Your goal: Count the lines in the records below that contain the word "DIRECTION", and give only that count.

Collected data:
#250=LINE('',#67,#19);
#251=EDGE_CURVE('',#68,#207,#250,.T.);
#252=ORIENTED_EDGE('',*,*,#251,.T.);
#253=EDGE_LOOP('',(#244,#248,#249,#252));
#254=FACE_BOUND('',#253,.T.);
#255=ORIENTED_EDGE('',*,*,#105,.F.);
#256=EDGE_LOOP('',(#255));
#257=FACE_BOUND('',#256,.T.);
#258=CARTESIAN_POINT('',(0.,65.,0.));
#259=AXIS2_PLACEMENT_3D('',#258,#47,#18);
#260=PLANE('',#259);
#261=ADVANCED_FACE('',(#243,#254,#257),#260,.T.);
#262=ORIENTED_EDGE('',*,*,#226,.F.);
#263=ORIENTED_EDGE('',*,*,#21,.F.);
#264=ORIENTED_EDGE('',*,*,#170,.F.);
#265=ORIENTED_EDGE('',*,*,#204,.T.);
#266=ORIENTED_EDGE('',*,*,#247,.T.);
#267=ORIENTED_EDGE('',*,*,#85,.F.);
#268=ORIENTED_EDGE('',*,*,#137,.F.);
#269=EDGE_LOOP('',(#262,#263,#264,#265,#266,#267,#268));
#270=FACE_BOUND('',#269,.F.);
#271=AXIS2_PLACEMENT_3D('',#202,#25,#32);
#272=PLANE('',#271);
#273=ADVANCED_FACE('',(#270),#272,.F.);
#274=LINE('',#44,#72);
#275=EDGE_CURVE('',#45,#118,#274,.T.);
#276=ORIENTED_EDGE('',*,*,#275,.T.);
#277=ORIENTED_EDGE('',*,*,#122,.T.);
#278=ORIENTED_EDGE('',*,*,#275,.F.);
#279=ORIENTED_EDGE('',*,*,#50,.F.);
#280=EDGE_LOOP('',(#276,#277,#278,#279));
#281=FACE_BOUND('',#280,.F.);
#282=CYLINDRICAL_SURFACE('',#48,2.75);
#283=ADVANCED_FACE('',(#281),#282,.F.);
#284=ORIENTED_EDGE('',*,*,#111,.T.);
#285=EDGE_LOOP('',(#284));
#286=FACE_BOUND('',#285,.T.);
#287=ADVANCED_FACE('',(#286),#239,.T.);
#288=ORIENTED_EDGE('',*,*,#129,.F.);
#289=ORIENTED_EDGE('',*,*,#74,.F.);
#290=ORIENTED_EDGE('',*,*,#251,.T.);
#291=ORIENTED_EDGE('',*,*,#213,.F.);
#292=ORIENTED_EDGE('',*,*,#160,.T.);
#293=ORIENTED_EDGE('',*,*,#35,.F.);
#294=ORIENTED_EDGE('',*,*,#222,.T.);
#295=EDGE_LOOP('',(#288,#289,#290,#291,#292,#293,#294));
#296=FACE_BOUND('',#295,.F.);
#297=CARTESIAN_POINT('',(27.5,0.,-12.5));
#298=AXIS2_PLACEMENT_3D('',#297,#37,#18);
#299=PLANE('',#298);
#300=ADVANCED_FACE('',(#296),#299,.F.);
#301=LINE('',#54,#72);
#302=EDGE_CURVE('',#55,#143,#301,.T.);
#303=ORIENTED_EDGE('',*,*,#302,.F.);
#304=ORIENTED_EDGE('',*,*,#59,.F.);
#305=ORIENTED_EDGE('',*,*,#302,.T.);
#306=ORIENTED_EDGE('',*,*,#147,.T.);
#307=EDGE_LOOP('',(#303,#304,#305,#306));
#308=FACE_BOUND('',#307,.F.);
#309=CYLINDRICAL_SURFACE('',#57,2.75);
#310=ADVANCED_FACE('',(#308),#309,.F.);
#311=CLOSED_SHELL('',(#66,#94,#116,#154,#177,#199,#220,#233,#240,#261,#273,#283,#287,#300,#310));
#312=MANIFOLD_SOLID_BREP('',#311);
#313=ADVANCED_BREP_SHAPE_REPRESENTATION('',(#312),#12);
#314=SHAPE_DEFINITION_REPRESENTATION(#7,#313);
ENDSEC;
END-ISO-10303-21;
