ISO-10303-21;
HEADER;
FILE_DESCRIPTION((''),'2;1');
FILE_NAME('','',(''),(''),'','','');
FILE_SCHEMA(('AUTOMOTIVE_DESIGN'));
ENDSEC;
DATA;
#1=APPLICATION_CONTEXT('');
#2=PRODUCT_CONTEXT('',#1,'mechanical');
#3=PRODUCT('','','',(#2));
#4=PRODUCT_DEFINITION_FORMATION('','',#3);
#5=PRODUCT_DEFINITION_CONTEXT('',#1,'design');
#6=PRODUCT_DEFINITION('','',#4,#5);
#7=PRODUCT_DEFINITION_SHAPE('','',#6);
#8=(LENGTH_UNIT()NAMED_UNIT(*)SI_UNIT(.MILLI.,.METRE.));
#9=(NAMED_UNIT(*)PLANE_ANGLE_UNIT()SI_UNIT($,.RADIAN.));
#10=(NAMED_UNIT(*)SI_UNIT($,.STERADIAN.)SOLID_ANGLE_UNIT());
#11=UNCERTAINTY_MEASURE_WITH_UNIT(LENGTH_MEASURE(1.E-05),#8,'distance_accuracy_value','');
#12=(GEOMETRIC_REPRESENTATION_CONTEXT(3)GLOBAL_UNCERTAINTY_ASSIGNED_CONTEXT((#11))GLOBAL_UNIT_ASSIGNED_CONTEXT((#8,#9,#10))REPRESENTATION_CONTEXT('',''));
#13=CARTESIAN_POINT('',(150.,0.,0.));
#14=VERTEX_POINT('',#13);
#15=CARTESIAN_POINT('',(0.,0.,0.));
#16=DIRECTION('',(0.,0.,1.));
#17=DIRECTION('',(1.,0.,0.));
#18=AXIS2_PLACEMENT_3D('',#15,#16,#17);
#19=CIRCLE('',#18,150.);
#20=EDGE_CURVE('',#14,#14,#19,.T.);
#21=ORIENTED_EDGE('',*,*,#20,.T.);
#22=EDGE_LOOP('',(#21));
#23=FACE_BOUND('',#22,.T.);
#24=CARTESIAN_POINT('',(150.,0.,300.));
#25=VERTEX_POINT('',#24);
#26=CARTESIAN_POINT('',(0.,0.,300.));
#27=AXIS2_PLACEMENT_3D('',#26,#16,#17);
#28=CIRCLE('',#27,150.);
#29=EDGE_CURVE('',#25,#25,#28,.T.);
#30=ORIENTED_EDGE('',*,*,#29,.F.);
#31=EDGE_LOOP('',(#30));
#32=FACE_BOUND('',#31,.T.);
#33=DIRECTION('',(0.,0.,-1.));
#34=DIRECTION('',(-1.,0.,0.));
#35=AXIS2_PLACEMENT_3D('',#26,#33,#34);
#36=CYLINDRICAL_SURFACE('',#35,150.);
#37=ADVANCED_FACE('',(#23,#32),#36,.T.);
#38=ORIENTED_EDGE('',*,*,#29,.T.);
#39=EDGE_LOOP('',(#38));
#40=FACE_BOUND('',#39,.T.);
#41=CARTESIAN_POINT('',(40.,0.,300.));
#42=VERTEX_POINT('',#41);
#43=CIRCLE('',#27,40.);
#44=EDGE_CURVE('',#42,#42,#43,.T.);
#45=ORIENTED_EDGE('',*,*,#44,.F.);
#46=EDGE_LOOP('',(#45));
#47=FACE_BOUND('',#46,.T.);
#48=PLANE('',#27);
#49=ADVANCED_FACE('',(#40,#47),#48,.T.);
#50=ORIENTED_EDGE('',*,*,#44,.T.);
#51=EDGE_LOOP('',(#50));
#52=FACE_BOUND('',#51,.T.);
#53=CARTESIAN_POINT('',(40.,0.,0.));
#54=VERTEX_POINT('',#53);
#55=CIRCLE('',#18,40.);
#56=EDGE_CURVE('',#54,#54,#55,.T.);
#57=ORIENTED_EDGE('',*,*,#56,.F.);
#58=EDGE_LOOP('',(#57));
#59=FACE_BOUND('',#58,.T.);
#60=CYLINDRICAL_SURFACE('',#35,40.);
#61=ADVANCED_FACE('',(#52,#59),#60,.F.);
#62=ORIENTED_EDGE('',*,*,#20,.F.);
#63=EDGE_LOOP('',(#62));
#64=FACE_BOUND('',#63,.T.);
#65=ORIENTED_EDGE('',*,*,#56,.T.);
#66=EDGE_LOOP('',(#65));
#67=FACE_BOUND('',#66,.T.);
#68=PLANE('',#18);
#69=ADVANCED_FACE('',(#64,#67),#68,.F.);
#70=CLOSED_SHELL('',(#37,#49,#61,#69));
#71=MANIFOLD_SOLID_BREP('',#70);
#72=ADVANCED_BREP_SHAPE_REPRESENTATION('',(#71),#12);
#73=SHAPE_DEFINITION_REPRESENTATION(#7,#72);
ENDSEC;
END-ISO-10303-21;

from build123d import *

# Parameters (mm, degrees)
CROQUIS1_R              = 150
CROQUIS1_R_2            = 40
SALIENTE_EXTRUIR1_DEPTH = 300


with BuildPart() as part:
    # Croquis1 → Saliente-Extruir1 (new body)
    with BuildSketch(Plane.XY):
        Circle(CROQUIS1_R)
        Circle(CROQUIS1_R_2, mode=Mode.SUBTRACT)
    extrude(amount=SALIENTE_EXTRUIR1_DEPTH)


solid = part.part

Finished task: 4